TORONTO, ONTARIO – September 18, 2017 – Manitou Gold Inc. (TSXV: MTU) (the “Company” or “Manitou”) announces that it has signed a binding agreement to acquire (the “Acquisition”) four contiguous parcels of land totaling approximately 160 acres of patented surface and mining rights located in Jacobson Township within the Sault Ste. Marie Mining Division (the “Property”).  The Property lies on the Goudreau–Lochalsh deformation zone, which hosts Richmont Mines‘ Island Gold Mine, and lies 2 km east of the past producing Edwards and Cline Mines.  The patents covering the Property date back to the 1930s and have seen little or no modern mineral exploration.
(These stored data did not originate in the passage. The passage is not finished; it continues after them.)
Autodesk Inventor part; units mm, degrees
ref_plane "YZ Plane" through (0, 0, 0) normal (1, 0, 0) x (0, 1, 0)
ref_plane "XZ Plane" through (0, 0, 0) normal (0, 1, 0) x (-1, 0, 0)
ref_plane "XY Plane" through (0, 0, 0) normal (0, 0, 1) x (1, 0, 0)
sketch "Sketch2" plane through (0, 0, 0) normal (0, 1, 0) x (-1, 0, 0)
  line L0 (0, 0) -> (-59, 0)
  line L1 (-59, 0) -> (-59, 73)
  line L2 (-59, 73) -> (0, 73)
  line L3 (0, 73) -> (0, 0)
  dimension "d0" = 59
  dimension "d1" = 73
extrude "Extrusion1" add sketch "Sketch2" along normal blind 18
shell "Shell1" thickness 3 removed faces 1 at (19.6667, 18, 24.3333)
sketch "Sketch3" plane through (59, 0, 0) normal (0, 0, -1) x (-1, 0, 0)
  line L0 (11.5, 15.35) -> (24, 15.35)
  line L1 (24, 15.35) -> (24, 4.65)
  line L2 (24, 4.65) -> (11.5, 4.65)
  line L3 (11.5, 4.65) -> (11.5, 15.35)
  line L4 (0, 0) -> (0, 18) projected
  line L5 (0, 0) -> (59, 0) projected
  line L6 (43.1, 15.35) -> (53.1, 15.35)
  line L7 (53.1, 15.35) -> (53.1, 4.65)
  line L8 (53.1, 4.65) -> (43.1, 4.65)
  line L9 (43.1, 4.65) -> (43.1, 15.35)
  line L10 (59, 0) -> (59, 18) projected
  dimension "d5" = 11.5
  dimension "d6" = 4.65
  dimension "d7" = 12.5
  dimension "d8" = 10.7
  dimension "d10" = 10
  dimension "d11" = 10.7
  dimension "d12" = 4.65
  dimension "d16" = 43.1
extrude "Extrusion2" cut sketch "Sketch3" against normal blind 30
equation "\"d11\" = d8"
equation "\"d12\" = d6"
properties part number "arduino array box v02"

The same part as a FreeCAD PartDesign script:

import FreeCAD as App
import Part
import Sketcher
from FreeCAD import Vector


def faces_at(feature, points):
    """Names of the faces that lie closest to the given points."""
    faces = feature.Shape.Faces
    near = lambda p: min(range(len(faces)), key=lambda i: faces[i].distToShape(Part.Vertex(*p))[0])
    return sorted({f"Face{near(p) + 1}" for p in points})


def add_polygon(sketch, points):
    """Adds a closed chain of lines whose ends are joined by coincident constraints."""
    first, n = sketch.GeometryCount, len(points)
    for a, b in zip(points, points[1:] + points[:1]):
        sketch.addGeometry(Part.LineSegment(App.Vector(*a, 0), App.Vector(*b, 0)), False)
    for i in range(n):
        sketch.addConstraint(Sketcher.Constraint("Coincident", first + i, 2, first + (i + 1) % n, 1))

doc = App.newDocument("Part")
params = doc.addObject("Spreadsheet::Sheet", "Params")
for row, (alias, value) in enumerate([
    ("sketch1_width", "59 mm"),
    ("sketch1_height", "73 mm"),
    ("pad1_length", "18 mm"),
    ("thickness_wall", "3 mm"),
    ("sketch2_width", "10 mm"),
    ("sketch2_width2", "12.5 mm"),
    ("sketch2_height", "10.7 mm"),
    ("pocket1_length", "30 mm"),
], start=1):
    params.set(f"A{row}", alias)
    params.set(f"B{row}", "=" + value)
    params.setAlias(f"B{row}", alias)

body = doc.addObject("PartDesign::Body", "Body")

# Sketch on XZ plane
sketch1 = body.newObject("Sketcher::SketchObject", "Sketch")
sketch1.AttachmentSupport = (doc.getObject("XZ_Plane"), [""])
sketch1.MapMode = "FlatFace"
add_polygon(sketch1, [(59, 0), (0, 0), (0, 73), (59, 73)])  # lines 0-3
sketch1.addConstraint([
    Sketcher.Constraint("Horizontal", 0),
    Sketcher.Constraint("Vertical", 1),
    Sketcher.Constraint("Horizontal", 2),
    Sketcher.Constraint("Vertical", 3),
    Sketcher.Constraint("Coincident", 0, 2, -1, 1),
    Sketcher.Constraint("DistanceX", 0, 2, 0, 1, 59.0),
    Sketcher.Constraint("DistanceY", 1, 1, 1, 2, 73.0),
])
sketch1.setExpression("Constraints[9]", "Params.sketch1_width")
sketch1.setExpression("Constraints[10]", "Params.sketch1_height")
pad1 = body.newObject("PartDesign::Pad", "Pad")
pad1.Profile = sketch1
pad1.setExpression("Length", "Params.pad1_length")
pad1.Reversed = True
doc.recompute()

thickness = body.newObject("PartDesign::Thickness", "Thickness")
thickness.Base = (pad1, faces_at(pad1, [(19.667, 18, 24.333)]))
thickness.setExpression("Value", "Params.thickness_wall")
thickness.Reversed = True
thickness.Join = "Intersection"

# Sketch on XY plane
sketch2 = body.newObject("Sketcher::SketchObject", "Sketch001")
sketch2.AttachmentSupport = (doc.getObject("XY_Plane"), [""])
sketch2.MapMode = "FlatFace"
add_polygon(sketch2, [(35, 15.35), (47.5, 15.35), (47.5, 4.65), (35, 4.65)])  # lines 0-3
add_polygon(sketch2, [(5.9, 15.35), (15.9, 15.35), (15.9, 4.65), (5.9, 4.65)])  # lines 4-7
sketch2.addConstraint([
    Sketcher.Constraint("Horizontal", 0),
    Sketcher.Constraint("Vertical", 1),
    Sketcher.Constraint("Horizontal", 2),
    Sketcher.Constraint("Vertical", 3),
    Sketcher.Constraint("Horizontal", 4),
    Sketcher.Constraint("Vertical", 5),
    Sketcher.Constraint("Horizontal", 6),
    Sketcher.Constraint("Vertical", 7),
    Sketcher.Constraint("Horizontal", 3, 2, 4, 2),
    Sketcher.Constraint("Horizontal", 2, 2, 5, 2),
    Sketcher.Constraint("DistanceX", 4, 1, 4, 2, 10.0),
    Sketcher.Constraint("DistanceX", 0, 1, 0, 2, 12.5),
    Sketcher.Constraint("DistanceY", 1, 2, 1, 1, 10.7),
    Sketcher.Constraint("DistanceY", -1, 1, 1, 2, 4.65),
    Sketcher.Constraint("DistanceX", -1, 1, 2, 2, 35.0),
    Sketcher.Constraint("DistanceX", -1, 1, 4, 2, 15.9),
])
sketch2.setExpression("Constraints[18]", "Params.sketch2_width")
sketch2.setExpression("Constraints[19]", "Params.sketch2_width2")
sketch2.setExpression("Constraints[20]", "Params.sketch2_height")
pocket1 = body.newObject("PartDesign::Pocket", "Pocket")
pocket1.Profile = sketch2
pocket1.setExpression("Length", "Params.pocket1_length")
pocket1.Reversed = True

doc.recompute()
The Property is being acquired in consideration of: (i) the issuance of 200,000 common shares of Manitou, (ii) a cash payment to the vendor in the amount of $60,000 and (iii) the issuance to the vendor of a net smelter royalty of 1% on production generated on the Property (which may be purchased by Manitou at any time for a cash payment to the vendor in the amount of $1,000,000).  The Acquisition remains subject to standard closing conditions, including a satisfactory title review by Manitou.
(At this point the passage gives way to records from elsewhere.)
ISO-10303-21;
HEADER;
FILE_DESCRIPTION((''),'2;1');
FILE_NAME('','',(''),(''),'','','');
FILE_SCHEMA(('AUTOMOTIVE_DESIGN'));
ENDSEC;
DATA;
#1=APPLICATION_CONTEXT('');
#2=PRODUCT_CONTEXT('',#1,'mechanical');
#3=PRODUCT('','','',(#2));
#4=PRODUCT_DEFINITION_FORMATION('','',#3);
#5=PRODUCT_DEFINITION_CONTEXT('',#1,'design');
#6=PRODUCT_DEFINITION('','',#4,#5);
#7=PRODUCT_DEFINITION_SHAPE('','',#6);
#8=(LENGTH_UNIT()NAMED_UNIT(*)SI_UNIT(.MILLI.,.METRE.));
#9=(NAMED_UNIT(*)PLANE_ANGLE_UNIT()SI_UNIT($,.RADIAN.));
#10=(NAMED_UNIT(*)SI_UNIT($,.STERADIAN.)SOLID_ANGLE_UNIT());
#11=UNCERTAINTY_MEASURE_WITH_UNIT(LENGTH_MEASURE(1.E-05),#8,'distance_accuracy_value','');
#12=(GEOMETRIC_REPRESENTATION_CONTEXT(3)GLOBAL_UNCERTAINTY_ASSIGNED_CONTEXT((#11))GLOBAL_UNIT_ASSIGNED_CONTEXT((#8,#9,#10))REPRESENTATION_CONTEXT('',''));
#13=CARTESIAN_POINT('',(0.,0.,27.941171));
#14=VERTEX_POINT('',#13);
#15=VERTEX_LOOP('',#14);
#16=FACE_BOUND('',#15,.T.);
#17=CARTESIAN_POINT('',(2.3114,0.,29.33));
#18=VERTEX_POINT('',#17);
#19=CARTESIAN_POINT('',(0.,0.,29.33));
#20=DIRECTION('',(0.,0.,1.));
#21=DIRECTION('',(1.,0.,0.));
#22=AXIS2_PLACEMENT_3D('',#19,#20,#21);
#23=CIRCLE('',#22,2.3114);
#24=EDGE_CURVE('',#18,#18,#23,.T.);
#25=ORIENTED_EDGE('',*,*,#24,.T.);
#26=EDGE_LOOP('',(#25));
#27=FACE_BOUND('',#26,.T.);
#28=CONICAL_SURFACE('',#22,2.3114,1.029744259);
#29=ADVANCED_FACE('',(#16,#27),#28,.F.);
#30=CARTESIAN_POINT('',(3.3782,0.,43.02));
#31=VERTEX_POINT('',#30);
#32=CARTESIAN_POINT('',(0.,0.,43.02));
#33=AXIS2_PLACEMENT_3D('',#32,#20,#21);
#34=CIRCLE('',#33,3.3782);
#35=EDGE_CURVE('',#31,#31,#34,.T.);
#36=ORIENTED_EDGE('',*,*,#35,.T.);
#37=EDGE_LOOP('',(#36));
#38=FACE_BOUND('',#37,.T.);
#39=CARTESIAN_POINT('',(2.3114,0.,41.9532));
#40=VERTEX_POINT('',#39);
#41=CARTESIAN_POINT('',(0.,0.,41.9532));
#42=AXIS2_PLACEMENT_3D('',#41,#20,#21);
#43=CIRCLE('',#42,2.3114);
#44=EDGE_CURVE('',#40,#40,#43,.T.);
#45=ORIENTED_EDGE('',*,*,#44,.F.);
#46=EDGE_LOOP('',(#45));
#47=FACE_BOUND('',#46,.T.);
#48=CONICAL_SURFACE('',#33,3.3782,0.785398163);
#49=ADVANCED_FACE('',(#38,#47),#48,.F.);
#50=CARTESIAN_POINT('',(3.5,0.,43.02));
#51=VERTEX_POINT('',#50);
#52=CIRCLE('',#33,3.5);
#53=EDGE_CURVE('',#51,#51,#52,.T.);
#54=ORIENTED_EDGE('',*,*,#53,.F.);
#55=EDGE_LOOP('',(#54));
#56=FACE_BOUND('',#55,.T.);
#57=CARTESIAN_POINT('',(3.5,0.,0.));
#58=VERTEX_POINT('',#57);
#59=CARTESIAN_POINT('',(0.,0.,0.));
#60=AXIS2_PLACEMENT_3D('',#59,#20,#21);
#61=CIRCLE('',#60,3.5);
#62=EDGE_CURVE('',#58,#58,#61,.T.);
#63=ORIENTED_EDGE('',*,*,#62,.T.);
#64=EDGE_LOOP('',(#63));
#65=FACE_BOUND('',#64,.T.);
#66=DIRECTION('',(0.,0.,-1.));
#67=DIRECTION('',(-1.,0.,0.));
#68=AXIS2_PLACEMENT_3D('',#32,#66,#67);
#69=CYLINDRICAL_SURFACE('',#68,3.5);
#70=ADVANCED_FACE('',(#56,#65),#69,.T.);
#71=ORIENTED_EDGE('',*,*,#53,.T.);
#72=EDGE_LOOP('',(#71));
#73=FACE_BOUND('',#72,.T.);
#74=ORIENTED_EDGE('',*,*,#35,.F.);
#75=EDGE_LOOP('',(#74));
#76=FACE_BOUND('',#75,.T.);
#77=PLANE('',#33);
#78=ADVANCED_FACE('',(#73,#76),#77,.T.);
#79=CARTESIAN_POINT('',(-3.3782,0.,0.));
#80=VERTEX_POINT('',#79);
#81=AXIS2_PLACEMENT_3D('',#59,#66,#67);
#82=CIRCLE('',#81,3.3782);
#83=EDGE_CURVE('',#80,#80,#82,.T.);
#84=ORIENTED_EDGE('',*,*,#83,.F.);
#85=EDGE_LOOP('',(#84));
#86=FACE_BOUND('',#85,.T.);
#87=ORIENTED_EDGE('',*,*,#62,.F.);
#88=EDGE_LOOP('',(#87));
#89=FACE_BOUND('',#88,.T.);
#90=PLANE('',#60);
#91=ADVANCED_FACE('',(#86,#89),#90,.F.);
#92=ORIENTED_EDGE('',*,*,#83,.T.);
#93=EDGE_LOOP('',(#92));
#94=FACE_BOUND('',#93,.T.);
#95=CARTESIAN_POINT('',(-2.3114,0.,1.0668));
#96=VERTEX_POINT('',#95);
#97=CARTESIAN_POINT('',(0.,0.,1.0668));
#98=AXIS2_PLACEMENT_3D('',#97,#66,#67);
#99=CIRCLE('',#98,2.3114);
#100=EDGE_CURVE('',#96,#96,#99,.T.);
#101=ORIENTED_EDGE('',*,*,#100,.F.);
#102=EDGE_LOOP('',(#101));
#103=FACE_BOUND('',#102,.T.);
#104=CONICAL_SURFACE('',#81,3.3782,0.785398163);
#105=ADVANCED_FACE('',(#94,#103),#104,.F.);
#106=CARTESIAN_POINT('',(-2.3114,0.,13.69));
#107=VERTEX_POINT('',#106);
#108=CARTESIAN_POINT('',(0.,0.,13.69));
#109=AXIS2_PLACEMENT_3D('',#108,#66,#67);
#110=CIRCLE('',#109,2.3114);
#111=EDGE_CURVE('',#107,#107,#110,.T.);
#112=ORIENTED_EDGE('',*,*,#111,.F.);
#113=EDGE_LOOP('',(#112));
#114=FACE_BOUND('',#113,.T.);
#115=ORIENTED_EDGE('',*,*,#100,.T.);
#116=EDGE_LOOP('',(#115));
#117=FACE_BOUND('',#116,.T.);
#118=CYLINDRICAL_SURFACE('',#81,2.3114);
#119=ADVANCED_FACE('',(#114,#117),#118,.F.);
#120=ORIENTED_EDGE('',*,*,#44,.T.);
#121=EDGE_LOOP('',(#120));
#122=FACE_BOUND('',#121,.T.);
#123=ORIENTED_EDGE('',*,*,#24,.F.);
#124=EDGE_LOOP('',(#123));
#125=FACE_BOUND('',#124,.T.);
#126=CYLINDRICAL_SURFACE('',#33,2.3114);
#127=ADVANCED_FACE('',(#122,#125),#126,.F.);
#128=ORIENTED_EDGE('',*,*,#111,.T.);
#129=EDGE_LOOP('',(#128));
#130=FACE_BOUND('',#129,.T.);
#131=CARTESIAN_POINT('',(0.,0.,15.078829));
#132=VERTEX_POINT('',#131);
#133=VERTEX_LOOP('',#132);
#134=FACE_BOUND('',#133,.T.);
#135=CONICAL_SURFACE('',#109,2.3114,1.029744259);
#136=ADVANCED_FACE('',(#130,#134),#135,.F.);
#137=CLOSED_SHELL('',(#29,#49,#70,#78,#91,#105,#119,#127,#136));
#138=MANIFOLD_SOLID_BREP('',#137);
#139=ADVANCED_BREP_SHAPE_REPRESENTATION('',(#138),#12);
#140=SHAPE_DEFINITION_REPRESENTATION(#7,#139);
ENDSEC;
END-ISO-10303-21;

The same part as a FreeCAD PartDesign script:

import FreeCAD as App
import Part
import Sketcher
Q = App.Units.Quantity

doc = App.newDocument("Part")
body = doc.addObject("PartDesign::Body", "Body")

# Sketch on XY plane
sketch1 = doc.addObject("Sketcher::SketchObject", "Sketch")
body.addObject(sketch1)
sketch1.AttachmentSupport = (doc.XY_Plane, [""])
sketch1.MapMode = "FlatFace"
sketch1.addGeometry(Part.Circle(App.Vector(0, 0, 0), App.Vector(0, 0, 1), 3.5), False)
sketch1.addConstraint(Sketcher.Constraint("Coincident", 0, 3, -1, 1))
sketch1.addConstraint(Sketcher.Constraint("Diameter", 0, 7.0))
pad1 = doc.addObject("PartDesign::Pad", "Pad")
body.addObject(pad1)
pad1.Profile = sketch1
pad1.Length = 43.02

# Sketch on YZ plane
sketch2 = doc.addObject("Sketcher::SketchObject", "Sketch001")
body.addObject(sketch2)
sketch2.AttachmentSupport = (doc.YZ_Plane, [""])
sketch2.MapMode = "FlatFace"
sketch2.addGeometry(Part.LineSegment(App.Vector(0, 27.9, 0), App.Vector(0, 43, 0)), False)
sketch2.addGeometry(Part.LineSegment(App.Vector(0, 43, 0), App.Vector(-3.4, 43, 0)), False)
sketch2.addGeometry(Part.LineSegment(App.Vector(-3.4, 43, 0), App.Vector(-2.3, 42, 0)), False)
sketch2.addGeometry(Part.LineSegment(App.Vector(-2.3, 42, 0), App.Vector(-2.3, 29.3, 0)), False)
sketch2.addGeometry(Part.LineSegment(App.Vector(-2.3, 29.3, 0), App.Vector(0, 27.9, 0)), False)
sketch2.addConstraint(Sketcher.Constraint("Coincident", 0, 2, 1, 1))
sketch2.addConstraint(Sketcher.Constraint("Coincident", 1, 2, 2, 1))
sketch2.addConstraint(Sketcher.Constraint("Coincident", 2, 2, 3, 1))
sketch2.addConstraint(Sketcher.Constraint("Coincident", 3, 2, 4, 1))
sketch2.addConstraint(Sketcher.Constraint("Coincident", 4, 2, 0, 1))
sketch2.addConstraint(Sketcher.Constraint("Vertical", 0))
sketch2.addConstraint(Sketcher.Constraint("Horizontal", 1))
sketch2.addConstraint(Sketcher.Constraint("Vertical", 3))
sketch2.addConstraint(Sketcher.Constraint("PointOnObject", 0, 2, -2))
sketch2.addConstraint(Sketcher.Constraint("Angle", 2, Q("-45 deg")))
sketch2.addConstraint(Sketcher.Constraint("Angle", 4, Q("-31 deg")))
sketch2.addConstraint(Sketcher.Constraint("DistanceY", -1, 1, 0, 2, 43.02))
sketch2.addConstraint(Sketcher.Constraint("DistanceY", -1, 1, 3, 2, 29.33))
sketch2.addConstraint(Sketcher.Constraint("DistanceX", 1, 2, 1, 1, 3.3782))
sketch2.addConstraint(Sketcher.Constraint("DistanceY", 3, 2, 3, 1, 12.6232))
groove = doc.addObject("PartDesign::Groove", "Groove")
body.addObject(groove)
groove.Profile = sketch2
groove.ReferenceAxis = (sketch2, ["V_Axis"])
groove.Angle = 360
doc.recompute()

datumplane = doc.addObject("PartDesign::Plane", "DatumPlane")
body.addObject(datumplane)
datumplane.AttachmentSupport = (doc.XY_Plane, [""])
datumplane.MapMode = "FlatFace"
datumplane.AttachmentOffset = App.Placement(App.Vector(0, 0, 21.51), App.Rotation())
mirrored = doc.addObject("PartDesign::Mirrored", "Mirrored")
body.addObject(mirrored)
mirrored.Originals = [groove]
mirrored.MirrorPlane = (datumplane, [""])
body.Tip = mirrored

doc.recompute()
“This acquisition gives us an initial foothold in the evolving Goudreau Gold Belt, which is an area that has increasingly been attracting the attention of mid-tier gold producers” stated Richard Murphy, CEO of Manitou. “I look forward to our initiation of exploration work on the Property, which will commence this fall”

News release map

The Company also announces that the preparation of the draft closure plan in support of future work at its 100% owned Kenwest Property is progressing well.  It is anticipated that the draft closure plan will be submitted to the Ministry of Northern Development and Mines in the coming weeks.  The Company plans to be in a position to commence advanced exploration at Kenwest in 2018.  Currently, plans are being reviewed to initiate an interim exploration program designed to provide technical inputs for the bulk sample design, in addition to testing new geologic targets on the Kenwest #2 Shear zone.

Manitou also announces that it has closed the second and final tranche (the “Second Tranche”) of its previously announced private placement (the “Offering”), raising additional gross proceeds of $42,500.  In connection with the completion of the Second Tranche, the Company issued 500,000 units (“Units”) at a price of $0.085 per Unit.  Each Unit consists of one common share of Manitou and one half of one common share purchase warrant, with each whole warrant entitling the holder thereof to acquire one additional common share of Manitou at an exercise price of $0.13 per share for a period of 24 months from the date of issuance thereof.  All of the securities issued and issuable in the Second Tranche are subject to a statutory hold period expiring on January 19, 2018.

In total, the Company issued an aggregate of 7,559,000 Units pursuant to the Offering, raising total gross proceeds of $642,515.  No finder’s fees were paid in conjunction with the Offering.  Proceeds from the Offering will be used to advance the Company’s Ontario projects and for general working capital purposes.   

The Offering and the Acquisition each remain subject to the receipt of all applicable regulatory approvals.

For further information on Manitou Gold Inc., contact:

Richard Murphy, CEO
Telephone: 1 (705) 698-1962

Pat Dubreuil, President
Telephone: 1 (705) 626-0666
Email: info@manitougold.com

Neither TSX Venture Exchange nor its Regulation Services Provider (as that term is defined in policies of the TSX Venture Exchange) accepts responsibility for the adequacy or accuracy of this release.

Forward Looking Statements – Certain information set forth in this news release may contain forward-looking statements that involve substantial known and unknown risks and uncertainties. These forward-looking statements are subject to numerous risks and uncertainties, certain of which are beyond the control of Manitou, including, but not limited to the receipt of applicable regulatory approvals. Readers are cautioned that the assumptions used in the preparation of such information, although considered reasonable at the time of preparation, may prove to be imprecise and, as such, undue reliance should not be placed on forward-looking statements.